THERE IS, TO be sure, a generational shift afoot around mental health in the workplace, specifically around transparency of leadership. Millennials and Generation Z now make up roughly half of the U.S. workforce, and by every measure of surveys and research it is clear they expect a different kind of leader, one who leads by example and exhibits strong mental health. A CEO can no longer tell workers the company values "balance" as it pours on work to be completed on nights and weekends, zinging endless Slack messages throughout.
"They aren't just interested in some general wellness plan or 'well-being,' " Happify's Parks says of today's talent pool. "They've been through this pandemic, they're vulnerable, and over 50 percent suffer from depression. They're not messing around about their mental health. One of the overwhelming narratives among these folks is that they need to see their leaders actually taking care of themselves, confidently modeling being human. That's new."
It also suggests a new path for founders who are coping with depression.
Casey Henry is co-founder and CTO of SparkToro, Fishkin's new company.
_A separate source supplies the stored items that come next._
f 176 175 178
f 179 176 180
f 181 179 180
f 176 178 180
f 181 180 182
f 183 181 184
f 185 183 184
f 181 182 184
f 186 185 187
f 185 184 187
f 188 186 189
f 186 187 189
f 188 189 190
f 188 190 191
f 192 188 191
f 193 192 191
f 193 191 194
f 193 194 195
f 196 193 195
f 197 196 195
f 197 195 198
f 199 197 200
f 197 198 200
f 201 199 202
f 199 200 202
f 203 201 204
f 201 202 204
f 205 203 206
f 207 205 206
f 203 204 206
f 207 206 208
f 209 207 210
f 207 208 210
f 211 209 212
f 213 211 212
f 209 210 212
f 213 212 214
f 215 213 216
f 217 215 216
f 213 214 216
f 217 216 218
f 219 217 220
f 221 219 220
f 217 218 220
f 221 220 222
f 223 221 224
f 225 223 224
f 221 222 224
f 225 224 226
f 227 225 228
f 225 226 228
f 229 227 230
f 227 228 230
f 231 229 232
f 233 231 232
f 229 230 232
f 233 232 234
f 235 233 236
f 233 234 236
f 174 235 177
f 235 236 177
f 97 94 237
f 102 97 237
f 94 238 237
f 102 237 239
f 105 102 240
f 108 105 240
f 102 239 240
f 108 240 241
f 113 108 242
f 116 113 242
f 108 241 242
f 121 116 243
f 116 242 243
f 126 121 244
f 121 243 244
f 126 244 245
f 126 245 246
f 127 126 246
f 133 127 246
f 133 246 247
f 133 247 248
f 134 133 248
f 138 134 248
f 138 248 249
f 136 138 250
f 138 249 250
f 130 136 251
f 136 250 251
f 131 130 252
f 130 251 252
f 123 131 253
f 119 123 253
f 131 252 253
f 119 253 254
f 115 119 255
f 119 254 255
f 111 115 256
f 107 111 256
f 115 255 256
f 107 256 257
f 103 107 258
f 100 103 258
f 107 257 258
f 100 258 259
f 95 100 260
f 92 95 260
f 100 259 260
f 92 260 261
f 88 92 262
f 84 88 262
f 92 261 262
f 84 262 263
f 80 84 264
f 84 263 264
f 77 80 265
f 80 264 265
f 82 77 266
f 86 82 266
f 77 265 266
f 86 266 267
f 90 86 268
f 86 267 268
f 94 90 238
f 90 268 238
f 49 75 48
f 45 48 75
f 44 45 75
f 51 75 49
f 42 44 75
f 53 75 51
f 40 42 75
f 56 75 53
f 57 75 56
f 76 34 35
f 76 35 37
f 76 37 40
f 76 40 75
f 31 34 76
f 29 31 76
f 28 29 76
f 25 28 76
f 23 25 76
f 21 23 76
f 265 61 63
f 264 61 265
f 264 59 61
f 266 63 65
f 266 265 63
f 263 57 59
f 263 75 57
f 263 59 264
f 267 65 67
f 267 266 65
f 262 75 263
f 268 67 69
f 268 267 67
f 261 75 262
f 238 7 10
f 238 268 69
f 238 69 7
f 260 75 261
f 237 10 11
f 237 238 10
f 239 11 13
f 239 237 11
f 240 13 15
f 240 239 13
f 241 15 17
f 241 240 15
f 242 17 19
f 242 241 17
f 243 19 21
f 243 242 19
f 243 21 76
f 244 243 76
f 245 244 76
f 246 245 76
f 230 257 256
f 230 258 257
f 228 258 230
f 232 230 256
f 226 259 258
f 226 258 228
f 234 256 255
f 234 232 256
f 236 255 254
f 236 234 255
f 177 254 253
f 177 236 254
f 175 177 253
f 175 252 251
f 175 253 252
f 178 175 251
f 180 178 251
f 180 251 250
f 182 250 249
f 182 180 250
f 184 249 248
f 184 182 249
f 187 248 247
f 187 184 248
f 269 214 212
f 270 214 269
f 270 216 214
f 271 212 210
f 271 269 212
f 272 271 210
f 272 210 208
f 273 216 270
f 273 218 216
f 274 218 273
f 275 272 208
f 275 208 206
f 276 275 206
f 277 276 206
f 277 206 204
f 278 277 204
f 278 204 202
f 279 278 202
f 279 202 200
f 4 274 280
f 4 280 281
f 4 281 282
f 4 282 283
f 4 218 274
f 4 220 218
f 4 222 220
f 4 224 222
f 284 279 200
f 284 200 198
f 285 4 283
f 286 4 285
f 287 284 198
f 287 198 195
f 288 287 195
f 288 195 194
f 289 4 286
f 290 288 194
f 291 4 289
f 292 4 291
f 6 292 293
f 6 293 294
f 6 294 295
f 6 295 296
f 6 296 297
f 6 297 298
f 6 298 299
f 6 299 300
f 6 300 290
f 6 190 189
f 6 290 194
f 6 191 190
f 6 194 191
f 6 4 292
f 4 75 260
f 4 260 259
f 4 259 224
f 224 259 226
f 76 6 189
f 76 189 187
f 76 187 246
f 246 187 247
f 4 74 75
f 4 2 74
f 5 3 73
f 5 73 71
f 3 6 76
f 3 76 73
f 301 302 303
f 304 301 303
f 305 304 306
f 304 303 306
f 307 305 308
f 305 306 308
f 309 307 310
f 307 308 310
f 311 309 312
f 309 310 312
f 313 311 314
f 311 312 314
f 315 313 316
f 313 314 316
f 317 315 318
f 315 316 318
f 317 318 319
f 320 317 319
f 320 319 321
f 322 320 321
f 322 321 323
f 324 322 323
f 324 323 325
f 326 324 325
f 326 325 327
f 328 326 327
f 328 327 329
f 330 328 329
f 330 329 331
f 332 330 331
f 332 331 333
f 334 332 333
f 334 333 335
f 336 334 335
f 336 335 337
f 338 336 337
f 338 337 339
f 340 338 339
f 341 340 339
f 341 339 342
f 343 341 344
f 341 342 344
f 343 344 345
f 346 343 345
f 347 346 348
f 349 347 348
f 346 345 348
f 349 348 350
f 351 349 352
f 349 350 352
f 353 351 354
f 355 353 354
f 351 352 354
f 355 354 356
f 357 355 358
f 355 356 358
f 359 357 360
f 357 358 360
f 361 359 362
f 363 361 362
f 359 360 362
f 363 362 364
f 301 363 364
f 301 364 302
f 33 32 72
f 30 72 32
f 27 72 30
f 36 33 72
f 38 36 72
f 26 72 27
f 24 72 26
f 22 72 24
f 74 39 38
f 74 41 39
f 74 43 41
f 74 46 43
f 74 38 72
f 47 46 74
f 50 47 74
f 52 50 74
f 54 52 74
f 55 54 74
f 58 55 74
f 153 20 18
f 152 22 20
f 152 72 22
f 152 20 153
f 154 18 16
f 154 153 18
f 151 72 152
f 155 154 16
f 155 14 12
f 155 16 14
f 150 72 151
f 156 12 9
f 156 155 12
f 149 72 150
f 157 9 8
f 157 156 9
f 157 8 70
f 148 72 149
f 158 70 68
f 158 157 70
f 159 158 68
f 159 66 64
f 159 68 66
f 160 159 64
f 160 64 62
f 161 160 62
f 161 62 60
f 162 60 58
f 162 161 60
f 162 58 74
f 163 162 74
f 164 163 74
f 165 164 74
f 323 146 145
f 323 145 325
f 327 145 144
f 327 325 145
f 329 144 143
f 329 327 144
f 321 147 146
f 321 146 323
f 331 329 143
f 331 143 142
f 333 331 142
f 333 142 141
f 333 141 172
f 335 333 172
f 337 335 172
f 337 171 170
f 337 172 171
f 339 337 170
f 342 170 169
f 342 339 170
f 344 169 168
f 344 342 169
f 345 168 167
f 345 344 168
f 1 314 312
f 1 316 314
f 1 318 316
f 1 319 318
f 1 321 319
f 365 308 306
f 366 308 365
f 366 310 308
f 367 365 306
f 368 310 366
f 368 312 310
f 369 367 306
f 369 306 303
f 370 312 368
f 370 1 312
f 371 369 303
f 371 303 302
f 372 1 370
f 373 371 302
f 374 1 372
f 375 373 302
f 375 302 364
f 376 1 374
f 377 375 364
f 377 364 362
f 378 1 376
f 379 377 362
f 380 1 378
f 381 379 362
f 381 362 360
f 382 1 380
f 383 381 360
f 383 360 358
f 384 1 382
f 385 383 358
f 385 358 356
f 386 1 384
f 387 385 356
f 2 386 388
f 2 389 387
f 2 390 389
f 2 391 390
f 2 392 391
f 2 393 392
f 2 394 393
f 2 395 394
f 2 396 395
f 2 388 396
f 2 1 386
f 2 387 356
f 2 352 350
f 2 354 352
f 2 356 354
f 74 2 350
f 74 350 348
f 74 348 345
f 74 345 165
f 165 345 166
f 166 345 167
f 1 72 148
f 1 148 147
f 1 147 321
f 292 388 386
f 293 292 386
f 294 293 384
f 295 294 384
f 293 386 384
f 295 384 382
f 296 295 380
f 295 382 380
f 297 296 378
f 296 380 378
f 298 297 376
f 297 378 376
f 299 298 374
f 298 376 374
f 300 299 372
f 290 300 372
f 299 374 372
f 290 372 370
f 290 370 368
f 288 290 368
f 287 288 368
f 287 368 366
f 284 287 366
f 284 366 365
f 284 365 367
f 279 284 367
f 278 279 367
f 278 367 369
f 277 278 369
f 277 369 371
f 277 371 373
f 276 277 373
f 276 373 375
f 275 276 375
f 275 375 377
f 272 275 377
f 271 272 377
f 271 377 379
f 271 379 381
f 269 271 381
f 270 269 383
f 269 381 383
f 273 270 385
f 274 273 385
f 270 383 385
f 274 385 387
He's worked for several startups, including Moz, and knows well the pressure that can come, as he says, "when you're a company that wants vigorous growth, and you have VC backing, and investors who want a return. We've all worked those 60-hour weeks."
His boss has an answer for that: Just don't do it in the first place. To launch SparkToro, Fishkin has eschewed VC funding for angel investors who are more patient, more nurturing, and less focused on short-term returns. Finally feeling mentally healthy and whole, he is leaving the VC world behind. "I don't want to get on that roller coaster again," he says. "It's not for me."
There is reason to believe that he's not alone. "Investors are people too," says Andresen, who suggests that capital is increasingly placing a premium on emotional intelligence when looking for leaders. "They've had their own mental health experiences, and see it in their own families. They develop relationships with their founders, and the relationships transcend the business transaction. There's movement there."
And, perhaps, a reason for optimism. "I think the acceptance now of the vulnerable, the honest, the not-all-knowing CEO, the CEO who's patient, who's humble, who's thoughtful, who doesn't have the answer to every question, who isn't 'take-no-prisoners' or the person who will destroy you in the boardroom, I think really marks a sea change," Memory says. "These kinds of leaders have always existed. But they've never truly been as valued as they can be."